- Neudd-fawr Location within Ceredigion
- OS grid reference: SN 5361 4797
- • Cardiff: 59.9 mi (96.4 km)
- • London: 176.3 mi (283.7 km)
- Community: Llanwnnen;
- Principal area: Ceredigion;
- Country: Wales
- Sovereign state: United Kingdom
- Post town: Aberaeron
- Postcode district: SA48
- Police: Dyfed-Powys
- Fire: Mid and West Wales
- Ambulance: Welsh
- UK Parliament: Ceredigion Preseli;
- Senedd Cymru – Welsh Parliament: Ceredigion;

= Neudd-fawr =

Village in Ceredigion, Wales

Neudd-fawr (also spelt Neuadd Fawr) is a rural area in the community of Llanwnnen, Ceredigion, Wales, which is 59.9 miles (96.4 km) from Cardiff and 176.3 miles (283.7 km) from London.
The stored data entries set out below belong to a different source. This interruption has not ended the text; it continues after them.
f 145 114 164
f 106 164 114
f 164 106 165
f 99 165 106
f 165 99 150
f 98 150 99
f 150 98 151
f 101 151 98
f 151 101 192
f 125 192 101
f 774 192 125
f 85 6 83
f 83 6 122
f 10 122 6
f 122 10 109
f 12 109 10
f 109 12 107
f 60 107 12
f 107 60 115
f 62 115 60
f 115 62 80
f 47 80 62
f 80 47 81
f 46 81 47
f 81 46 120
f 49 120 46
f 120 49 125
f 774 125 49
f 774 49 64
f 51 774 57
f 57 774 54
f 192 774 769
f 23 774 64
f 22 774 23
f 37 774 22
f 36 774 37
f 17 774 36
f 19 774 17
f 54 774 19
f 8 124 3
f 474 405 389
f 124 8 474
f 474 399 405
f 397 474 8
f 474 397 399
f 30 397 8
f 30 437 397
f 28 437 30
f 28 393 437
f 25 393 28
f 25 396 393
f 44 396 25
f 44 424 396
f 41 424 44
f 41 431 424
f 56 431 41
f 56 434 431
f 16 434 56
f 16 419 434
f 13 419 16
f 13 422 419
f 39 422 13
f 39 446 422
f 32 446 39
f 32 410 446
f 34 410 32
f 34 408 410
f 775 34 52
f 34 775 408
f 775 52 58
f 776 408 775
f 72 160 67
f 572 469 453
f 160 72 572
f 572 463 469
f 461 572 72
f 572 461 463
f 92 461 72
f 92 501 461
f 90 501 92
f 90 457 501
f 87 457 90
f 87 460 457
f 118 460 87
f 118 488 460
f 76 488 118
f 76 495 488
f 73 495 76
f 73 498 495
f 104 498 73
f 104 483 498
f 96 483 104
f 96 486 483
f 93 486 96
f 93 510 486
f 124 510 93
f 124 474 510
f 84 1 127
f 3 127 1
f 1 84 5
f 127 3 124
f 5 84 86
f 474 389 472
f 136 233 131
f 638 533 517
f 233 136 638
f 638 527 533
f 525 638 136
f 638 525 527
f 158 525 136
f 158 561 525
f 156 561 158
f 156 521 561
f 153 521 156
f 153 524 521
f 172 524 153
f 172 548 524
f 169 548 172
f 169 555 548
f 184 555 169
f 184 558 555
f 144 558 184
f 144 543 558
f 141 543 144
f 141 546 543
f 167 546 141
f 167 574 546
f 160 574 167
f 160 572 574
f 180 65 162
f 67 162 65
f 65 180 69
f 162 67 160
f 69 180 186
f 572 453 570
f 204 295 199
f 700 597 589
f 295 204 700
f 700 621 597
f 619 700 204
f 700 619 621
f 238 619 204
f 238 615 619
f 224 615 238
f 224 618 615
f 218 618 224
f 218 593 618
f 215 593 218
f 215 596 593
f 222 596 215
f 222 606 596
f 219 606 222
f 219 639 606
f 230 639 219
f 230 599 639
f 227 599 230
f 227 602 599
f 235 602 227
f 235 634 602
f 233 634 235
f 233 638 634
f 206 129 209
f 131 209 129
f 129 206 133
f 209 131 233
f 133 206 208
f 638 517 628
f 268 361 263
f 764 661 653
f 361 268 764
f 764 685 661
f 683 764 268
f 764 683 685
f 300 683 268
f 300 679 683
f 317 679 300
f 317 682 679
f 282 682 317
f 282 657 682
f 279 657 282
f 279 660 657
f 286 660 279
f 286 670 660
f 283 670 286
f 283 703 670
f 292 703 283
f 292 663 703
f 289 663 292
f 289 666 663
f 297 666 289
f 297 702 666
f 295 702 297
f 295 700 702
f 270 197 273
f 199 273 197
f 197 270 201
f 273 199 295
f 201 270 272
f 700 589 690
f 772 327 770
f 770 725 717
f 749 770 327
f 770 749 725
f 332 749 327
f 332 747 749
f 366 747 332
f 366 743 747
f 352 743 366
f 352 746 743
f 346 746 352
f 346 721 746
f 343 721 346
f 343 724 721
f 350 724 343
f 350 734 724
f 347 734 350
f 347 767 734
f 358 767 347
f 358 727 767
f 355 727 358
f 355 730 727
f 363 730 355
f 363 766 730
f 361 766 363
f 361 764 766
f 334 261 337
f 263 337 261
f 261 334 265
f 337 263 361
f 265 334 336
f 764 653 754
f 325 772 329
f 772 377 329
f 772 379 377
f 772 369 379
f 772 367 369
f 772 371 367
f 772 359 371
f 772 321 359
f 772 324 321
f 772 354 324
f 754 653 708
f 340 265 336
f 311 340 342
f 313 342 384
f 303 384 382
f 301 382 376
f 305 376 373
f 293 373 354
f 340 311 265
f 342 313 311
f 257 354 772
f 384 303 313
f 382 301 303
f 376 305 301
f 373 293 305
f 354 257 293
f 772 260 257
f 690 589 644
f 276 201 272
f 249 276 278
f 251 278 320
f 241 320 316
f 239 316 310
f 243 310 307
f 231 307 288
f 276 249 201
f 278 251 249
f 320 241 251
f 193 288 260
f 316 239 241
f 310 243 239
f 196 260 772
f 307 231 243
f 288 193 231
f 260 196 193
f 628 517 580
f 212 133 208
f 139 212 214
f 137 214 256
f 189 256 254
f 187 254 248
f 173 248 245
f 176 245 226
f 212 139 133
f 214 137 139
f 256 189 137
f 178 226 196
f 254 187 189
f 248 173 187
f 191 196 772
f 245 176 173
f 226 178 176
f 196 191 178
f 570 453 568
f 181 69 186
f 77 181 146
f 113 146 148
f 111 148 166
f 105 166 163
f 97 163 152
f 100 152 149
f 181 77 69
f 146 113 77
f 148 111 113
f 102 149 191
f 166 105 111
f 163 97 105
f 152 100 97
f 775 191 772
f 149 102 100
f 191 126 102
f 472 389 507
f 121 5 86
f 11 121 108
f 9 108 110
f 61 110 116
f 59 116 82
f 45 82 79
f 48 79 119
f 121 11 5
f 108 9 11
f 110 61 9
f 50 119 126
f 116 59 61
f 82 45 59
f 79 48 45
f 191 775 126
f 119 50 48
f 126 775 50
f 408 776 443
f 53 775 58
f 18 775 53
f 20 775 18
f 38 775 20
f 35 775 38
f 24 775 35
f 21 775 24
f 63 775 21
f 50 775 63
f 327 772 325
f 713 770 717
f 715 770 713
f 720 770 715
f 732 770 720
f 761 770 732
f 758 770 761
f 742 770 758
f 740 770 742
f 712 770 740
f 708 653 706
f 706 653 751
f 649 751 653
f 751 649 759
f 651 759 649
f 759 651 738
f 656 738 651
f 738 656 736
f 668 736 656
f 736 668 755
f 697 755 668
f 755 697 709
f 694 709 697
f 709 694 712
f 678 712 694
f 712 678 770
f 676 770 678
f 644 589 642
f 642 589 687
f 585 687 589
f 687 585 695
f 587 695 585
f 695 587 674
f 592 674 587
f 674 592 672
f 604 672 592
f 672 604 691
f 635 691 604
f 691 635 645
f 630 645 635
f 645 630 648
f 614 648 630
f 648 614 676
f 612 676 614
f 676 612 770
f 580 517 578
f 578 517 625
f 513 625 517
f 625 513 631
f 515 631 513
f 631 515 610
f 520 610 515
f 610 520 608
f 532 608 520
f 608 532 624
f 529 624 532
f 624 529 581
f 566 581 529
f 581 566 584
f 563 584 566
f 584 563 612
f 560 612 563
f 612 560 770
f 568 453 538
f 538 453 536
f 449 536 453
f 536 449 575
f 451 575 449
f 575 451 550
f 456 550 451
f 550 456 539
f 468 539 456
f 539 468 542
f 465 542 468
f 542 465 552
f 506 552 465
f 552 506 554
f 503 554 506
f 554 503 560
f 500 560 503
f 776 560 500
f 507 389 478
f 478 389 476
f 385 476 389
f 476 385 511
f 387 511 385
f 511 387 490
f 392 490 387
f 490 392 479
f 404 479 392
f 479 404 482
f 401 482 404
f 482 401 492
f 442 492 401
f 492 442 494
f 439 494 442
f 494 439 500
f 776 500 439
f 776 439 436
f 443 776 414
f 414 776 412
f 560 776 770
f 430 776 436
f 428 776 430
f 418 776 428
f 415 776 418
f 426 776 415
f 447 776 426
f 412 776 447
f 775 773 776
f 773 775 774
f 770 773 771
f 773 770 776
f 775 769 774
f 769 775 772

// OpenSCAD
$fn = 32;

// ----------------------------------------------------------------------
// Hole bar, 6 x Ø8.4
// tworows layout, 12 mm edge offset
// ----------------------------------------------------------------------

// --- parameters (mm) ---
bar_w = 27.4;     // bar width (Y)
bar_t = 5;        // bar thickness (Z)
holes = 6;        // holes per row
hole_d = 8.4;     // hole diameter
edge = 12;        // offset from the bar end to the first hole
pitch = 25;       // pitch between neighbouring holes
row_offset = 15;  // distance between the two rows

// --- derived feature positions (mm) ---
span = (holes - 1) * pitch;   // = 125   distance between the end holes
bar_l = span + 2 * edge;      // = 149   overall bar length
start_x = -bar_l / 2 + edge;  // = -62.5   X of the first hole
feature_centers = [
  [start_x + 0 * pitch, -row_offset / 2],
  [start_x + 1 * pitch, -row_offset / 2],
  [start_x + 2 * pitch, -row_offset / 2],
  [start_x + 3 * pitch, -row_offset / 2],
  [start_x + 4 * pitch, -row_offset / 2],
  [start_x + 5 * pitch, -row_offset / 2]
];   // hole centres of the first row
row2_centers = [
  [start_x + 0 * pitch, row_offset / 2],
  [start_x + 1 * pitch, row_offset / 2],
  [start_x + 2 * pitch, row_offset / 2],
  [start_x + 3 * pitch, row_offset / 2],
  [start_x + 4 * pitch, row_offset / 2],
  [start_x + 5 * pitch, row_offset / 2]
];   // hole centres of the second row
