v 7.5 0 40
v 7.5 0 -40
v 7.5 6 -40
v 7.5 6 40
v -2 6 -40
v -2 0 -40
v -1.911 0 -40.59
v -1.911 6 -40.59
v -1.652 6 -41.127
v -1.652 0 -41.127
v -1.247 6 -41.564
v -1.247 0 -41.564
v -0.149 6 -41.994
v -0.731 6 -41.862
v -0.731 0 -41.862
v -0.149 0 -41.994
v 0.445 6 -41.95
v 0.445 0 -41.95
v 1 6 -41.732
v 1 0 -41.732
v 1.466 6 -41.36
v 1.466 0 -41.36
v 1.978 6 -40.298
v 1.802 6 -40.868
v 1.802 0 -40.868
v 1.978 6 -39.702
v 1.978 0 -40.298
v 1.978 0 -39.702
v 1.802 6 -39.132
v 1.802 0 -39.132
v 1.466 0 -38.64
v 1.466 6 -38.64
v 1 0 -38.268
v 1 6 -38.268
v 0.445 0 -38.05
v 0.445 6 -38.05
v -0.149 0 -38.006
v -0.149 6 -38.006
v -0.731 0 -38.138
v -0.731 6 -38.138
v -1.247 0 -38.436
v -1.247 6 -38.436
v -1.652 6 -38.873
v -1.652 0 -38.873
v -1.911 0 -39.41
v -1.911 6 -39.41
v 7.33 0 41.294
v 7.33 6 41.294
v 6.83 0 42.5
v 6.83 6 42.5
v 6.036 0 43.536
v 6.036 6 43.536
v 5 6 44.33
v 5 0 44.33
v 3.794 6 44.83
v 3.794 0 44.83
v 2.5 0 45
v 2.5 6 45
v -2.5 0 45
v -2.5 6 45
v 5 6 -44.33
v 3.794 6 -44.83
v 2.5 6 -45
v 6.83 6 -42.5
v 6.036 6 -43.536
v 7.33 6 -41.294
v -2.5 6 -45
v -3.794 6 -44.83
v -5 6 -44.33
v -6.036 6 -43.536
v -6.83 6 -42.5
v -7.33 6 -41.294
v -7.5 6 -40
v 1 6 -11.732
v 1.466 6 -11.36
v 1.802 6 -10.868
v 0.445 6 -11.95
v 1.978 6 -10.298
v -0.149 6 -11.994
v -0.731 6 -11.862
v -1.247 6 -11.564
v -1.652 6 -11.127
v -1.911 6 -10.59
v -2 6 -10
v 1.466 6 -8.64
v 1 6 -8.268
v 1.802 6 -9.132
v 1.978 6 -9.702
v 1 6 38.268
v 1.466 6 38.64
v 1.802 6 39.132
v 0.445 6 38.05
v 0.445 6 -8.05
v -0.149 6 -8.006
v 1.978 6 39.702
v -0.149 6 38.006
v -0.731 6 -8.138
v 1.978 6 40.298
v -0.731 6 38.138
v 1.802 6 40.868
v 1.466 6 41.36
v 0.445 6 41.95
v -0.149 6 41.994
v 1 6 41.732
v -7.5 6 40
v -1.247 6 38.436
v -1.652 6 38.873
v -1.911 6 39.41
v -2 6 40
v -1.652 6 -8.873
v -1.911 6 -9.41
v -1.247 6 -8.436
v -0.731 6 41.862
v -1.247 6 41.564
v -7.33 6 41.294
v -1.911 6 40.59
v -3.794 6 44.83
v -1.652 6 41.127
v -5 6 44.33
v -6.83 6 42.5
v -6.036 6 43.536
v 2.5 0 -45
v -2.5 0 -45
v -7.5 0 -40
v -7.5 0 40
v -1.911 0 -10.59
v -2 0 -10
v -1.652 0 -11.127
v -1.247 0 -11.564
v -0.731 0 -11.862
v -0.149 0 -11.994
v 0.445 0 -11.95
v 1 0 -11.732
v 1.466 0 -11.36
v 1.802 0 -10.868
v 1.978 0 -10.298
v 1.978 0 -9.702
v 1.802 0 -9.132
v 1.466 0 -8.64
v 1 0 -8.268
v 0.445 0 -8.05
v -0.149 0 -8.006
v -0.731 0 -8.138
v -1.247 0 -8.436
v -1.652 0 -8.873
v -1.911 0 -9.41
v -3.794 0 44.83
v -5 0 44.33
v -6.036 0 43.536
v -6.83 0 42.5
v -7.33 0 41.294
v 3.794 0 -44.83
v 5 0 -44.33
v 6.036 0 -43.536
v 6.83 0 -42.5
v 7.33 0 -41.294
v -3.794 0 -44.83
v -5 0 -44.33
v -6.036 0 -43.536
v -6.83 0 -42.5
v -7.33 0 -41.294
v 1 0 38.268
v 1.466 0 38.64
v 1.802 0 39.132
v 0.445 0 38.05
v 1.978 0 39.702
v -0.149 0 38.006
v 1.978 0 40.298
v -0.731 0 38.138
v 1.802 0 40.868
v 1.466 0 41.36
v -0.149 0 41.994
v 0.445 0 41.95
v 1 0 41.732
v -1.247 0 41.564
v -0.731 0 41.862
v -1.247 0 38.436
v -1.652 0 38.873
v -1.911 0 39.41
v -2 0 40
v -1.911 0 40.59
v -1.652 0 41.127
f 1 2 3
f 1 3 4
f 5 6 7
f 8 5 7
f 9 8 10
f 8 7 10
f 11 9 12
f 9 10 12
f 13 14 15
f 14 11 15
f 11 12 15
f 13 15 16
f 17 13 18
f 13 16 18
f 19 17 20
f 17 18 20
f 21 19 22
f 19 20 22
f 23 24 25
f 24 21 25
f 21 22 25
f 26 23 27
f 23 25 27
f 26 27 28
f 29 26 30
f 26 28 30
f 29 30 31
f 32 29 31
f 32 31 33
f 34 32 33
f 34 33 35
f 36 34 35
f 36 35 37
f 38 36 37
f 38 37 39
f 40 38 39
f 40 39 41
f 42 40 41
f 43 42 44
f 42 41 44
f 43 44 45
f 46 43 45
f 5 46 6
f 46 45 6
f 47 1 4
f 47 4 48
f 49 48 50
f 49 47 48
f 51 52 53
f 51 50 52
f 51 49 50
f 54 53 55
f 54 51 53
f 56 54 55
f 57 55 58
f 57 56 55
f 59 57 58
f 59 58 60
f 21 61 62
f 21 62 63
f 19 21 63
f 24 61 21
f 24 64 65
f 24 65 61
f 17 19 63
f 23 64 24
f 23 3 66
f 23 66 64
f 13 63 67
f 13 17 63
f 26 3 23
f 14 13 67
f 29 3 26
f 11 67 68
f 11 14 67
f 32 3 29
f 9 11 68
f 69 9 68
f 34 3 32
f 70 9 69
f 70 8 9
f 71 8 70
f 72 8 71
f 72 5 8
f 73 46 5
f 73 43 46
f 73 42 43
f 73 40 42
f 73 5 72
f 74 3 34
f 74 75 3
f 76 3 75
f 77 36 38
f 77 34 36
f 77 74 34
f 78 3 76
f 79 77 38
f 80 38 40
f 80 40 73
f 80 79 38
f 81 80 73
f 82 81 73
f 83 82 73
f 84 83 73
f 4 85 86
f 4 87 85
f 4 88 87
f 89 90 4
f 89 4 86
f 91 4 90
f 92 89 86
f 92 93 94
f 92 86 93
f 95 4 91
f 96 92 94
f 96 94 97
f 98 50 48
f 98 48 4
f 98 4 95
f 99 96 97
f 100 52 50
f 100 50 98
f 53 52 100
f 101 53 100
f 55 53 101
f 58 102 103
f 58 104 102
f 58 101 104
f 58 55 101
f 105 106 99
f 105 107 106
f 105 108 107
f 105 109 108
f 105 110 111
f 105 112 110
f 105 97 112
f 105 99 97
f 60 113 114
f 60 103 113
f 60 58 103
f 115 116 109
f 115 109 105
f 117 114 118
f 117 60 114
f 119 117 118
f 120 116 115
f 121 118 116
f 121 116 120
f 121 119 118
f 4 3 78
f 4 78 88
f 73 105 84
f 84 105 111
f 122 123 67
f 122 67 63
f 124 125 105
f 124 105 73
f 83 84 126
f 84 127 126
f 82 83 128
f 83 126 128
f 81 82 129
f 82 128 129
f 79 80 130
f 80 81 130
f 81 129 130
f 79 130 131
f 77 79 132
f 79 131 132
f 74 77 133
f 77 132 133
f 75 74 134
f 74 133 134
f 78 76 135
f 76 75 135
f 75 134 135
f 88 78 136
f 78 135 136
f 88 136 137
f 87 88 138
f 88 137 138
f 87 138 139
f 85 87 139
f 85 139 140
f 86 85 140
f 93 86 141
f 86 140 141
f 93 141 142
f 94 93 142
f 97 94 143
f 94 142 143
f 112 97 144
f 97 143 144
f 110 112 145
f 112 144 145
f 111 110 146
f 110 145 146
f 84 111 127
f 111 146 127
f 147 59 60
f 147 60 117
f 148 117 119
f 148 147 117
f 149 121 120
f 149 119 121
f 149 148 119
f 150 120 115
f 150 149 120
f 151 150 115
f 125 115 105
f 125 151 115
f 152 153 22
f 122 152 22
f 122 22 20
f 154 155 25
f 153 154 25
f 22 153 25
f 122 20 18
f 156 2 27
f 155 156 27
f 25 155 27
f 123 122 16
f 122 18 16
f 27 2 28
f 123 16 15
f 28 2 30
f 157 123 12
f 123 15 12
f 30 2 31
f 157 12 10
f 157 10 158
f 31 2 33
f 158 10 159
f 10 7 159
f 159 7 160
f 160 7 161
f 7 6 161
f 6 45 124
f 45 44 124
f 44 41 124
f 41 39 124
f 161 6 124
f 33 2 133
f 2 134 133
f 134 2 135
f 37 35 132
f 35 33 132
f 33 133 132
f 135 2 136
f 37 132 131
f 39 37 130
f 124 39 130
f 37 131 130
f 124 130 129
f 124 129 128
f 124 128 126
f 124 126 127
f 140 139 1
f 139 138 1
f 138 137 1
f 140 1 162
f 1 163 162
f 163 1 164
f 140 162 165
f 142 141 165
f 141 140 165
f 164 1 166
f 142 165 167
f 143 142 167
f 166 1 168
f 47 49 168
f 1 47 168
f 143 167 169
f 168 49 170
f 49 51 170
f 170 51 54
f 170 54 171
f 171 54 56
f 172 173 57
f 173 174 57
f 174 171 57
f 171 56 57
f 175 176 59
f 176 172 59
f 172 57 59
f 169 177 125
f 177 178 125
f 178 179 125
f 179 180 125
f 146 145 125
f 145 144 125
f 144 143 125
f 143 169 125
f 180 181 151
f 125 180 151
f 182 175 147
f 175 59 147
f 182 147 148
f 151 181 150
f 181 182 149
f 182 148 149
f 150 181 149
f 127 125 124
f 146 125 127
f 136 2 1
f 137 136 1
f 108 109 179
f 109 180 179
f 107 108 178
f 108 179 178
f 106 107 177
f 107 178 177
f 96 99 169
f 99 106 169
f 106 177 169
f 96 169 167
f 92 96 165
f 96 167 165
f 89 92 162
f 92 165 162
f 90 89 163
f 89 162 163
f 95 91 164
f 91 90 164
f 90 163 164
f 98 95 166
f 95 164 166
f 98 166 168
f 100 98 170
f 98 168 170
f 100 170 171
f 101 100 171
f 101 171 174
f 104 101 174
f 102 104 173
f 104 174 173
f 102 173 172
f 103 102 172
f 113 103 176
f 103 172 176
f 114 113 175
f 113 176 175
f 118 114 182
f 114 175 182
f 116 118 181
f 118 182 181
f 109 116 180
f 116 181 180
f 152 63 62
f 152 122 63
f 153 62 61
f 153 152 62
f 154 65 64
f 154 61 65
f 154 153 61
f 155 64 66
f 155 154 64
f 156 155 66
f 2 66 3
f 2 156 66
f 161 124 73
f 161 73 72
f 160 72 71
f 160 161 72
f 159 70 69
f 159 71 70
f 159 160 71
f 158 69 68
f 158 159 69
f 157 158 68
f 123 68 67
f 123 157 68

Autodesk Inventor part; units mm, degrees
ref_plane "YZ Plane" through (0, 0, 0) normal (1, 0, 0) x (0, 1, 0)
ref_plane "XZ Plane" through (0, 0, 0) normal (0, 1, 0) x (-1, 0, 0)
ref_plane "XY Plane" through (0, 0, 0) normal (0, 0, 1) x (1, 0, 0)
sketch "Szkic1" plane through (0, 0, 0) normal (0, 1, 0) x (-1, 0, 0)
  line L0 (2.5, -45) -> (-2.5, -45)
  line L1 (-7.5, -40) -> (-7.5, 40)
  line L2 (-2.5, 45) -> (2.5, 45)
  line L3 (7.5, 40) -> (7.5, -40)
  line L4 (7.5, -45) -> (-7.5, 45) construction
  line L5 (-7.5, -45) -> (7.5, 45) construction
  arc A0 (7.5, 40) -> (2.5, 45) centre (2.5, 40) ccw
  arc A1 (-2.5, 45) -> (-7.5, 40) centre (-2.5, 40) ccw
  arc A2 (2.5, -45) -> (7.5, -40) centre (2.5, -40) ccw
  arc A3 (-7.5, -40) -> (-2.5, -45) centre (-2.5, -40) ccw
  circle A4 centre (0, 40) radius 2
  circle A5 centre (0, -10) radius 2
  circle A6 centre (0, -40) radius 2
  point P0 (0, 0)
  dimension "d0" = 15
  dimension "d1" = 90
  dimension "d2" = 5
  dimension "d3" = 4
  dimension "d4" = 4
  dimension "d5" = 4
extrude "Wyciągnięcie proste1" add sketch "Szkic1" along normal blind 6
properties part number "ArmLifter"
It is centered around, and named after a local mansion house. Neudd-fawr is represented in the Senedd by Elin Jones (Plaid Cymru) and is part of the Ceredigion Preseli constituency in the House of Commons.

==Etymology==
The meaning of this Welsh language name is "Great Hall".